*WHAT THE EXERCISE ASKS*:
In the records that follow, the lines from the one containing "with BuildPart() as" to the one containing "Rebuilt in FreeCAD, every", inclusive, are to be given again exactly.
[Opening RECORDED DATA section]
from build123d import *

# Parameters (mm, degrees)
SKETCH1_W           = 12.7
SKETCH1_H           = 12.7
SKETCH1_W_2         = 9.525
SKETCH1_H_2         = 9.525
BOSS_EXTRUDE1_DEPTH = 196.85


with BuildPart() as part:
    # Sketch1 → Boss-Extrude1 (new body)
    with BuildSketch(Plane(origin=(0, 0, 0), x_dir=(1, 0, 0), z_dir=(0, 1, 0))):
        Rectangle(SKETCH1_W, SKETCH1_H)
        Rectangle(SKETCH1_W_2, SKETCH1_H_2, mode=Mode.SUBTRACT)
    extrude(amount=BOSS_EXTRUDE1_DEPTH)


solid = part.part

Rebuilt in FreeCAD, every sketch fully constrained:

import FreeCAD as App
import Part
import Sketcher
Q = App.Units.Quantity

doc = App.newDocument("Part")
body = doc.addObject("PartDesign::Body", "Body")

# Sketch on XZ plane
sketch1 = body.newObject("Sketcher::SketchObject", "Sketch")
sketch1.AttachmentSupport = (doc.getObject("XZ_Plane"), [""])
sketch1.MapMode = "FlatFace"
sketch1.addGeometry([
    Part.LineSegment(App.Vector(-6, -6, 0), App.Vector(-6, 6, 0)),  # 0
    Part.LineSegment(App.Vector(-6, 6, 0), App.Vector(6, 6, 0)),  # 1
    Part.LineSegment(App.Vector(6, 6, 0), App.Vector(6, -6, 0)),  # 2
    Part.LineSegment(App.Vector(6, -6, 0), App.Vector(-6, -6, 0)),  # 3
    Part.LineSegment(App.Vector(5, 5, 0), App.Vector(-5, 5, 0)),  # 4
    Part.LineSegment(App.Vector(-5, 5, 0), App.Vector(-5, -5, 0)),  # 5
    Part.LineSegment(App.Vector(-5, -5, 0), App.Vector(5, -5, 0)),  # 6
    Part.LineSegment(App.Vector(5, -5, 0), App.Vector(5, 5, 0)),  # 7
], False)
sketch1.addConstraint([
    Sketcher.Constraint("Coincident", 0, 2, 1, 1),
    Sketcher.Constraint("Coincident", 1, 2, 2, 1),
    Sketcher.Constraint("Coincident", 2, 2, 3, 1),
    Sketcher.Constraint("Coincident", 3, 2, 0, 1),
    Sketcher.Constraint("Coincident", 4, 2, 5, 1),
    Sketcher.Constraint("Coincident", 5, 2, 6, 1),
    Sketcher.Constraint("Coincident", 6, 2, 7, 1),
    Sketcher.Constraint("Coincident", 7, 2, 4, 1),
    Sketcher.Constraint("Vertical", 0),
    Sketcher.Constraint("Horizontal", 1),
    Sketcher.Constraint("Vertical", 2),
    Sketcher.Constraint("Horizontal", 3),
    Sketcher.Constraint("Horizontal", 4),
    Sketcher.Constraint("Vertical", 5),
    Sketcher.Constraint("Horizontal", 6),
    Sketcher.Constraint("Vertical", 7),
    Sketcher.Constraint("Symmetric", 0, 2, 2, 2, -1, 1),
    Sketcher.Constraint("Symmetric", 4, 2, 6, 2, -1, 1),
    Sketcher.Constraint("Equal", 3, 0),
    Sketcher.Constraint("Equal", 6, 5),
    Sketcher.Constraint("DistanceX", 1, 1, 1, 2, Q("0.5 in")),
    Sketcher.Constraint("DistanceX", 4, 2, 4, 1, Q("0.375 in")),
])
pad1 = body.newObject("PartDesign::Pad", "Pad")
pad1.Profile = sketch1
pad1.Length = Q("7.75 in")
pad1.Reversed = True

doc.recompute()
[Closing RECORDED DATA section]
*COMPLETED TASK*:
with BuildPart() as part:
    # Sketch1 → Boss-Extrude1 (new body)
    with BuildSketch(Plane(origin=(0, 0, 0), x_dir=(1, 0, 0), z_dir=(0, 1, 0))):
        Rectangle(SKETCH1_W, SKETCH1_H)
        Rectangle(SKETCH1_W_2, SKETCH1_H_2, mode=Mode.SUBTRACT)
    extrude(amount=BOSS_EXTRUDE1_DEPTH)


solid = part.part

Rebuilt in FreeCAD, every sketch fully constrained:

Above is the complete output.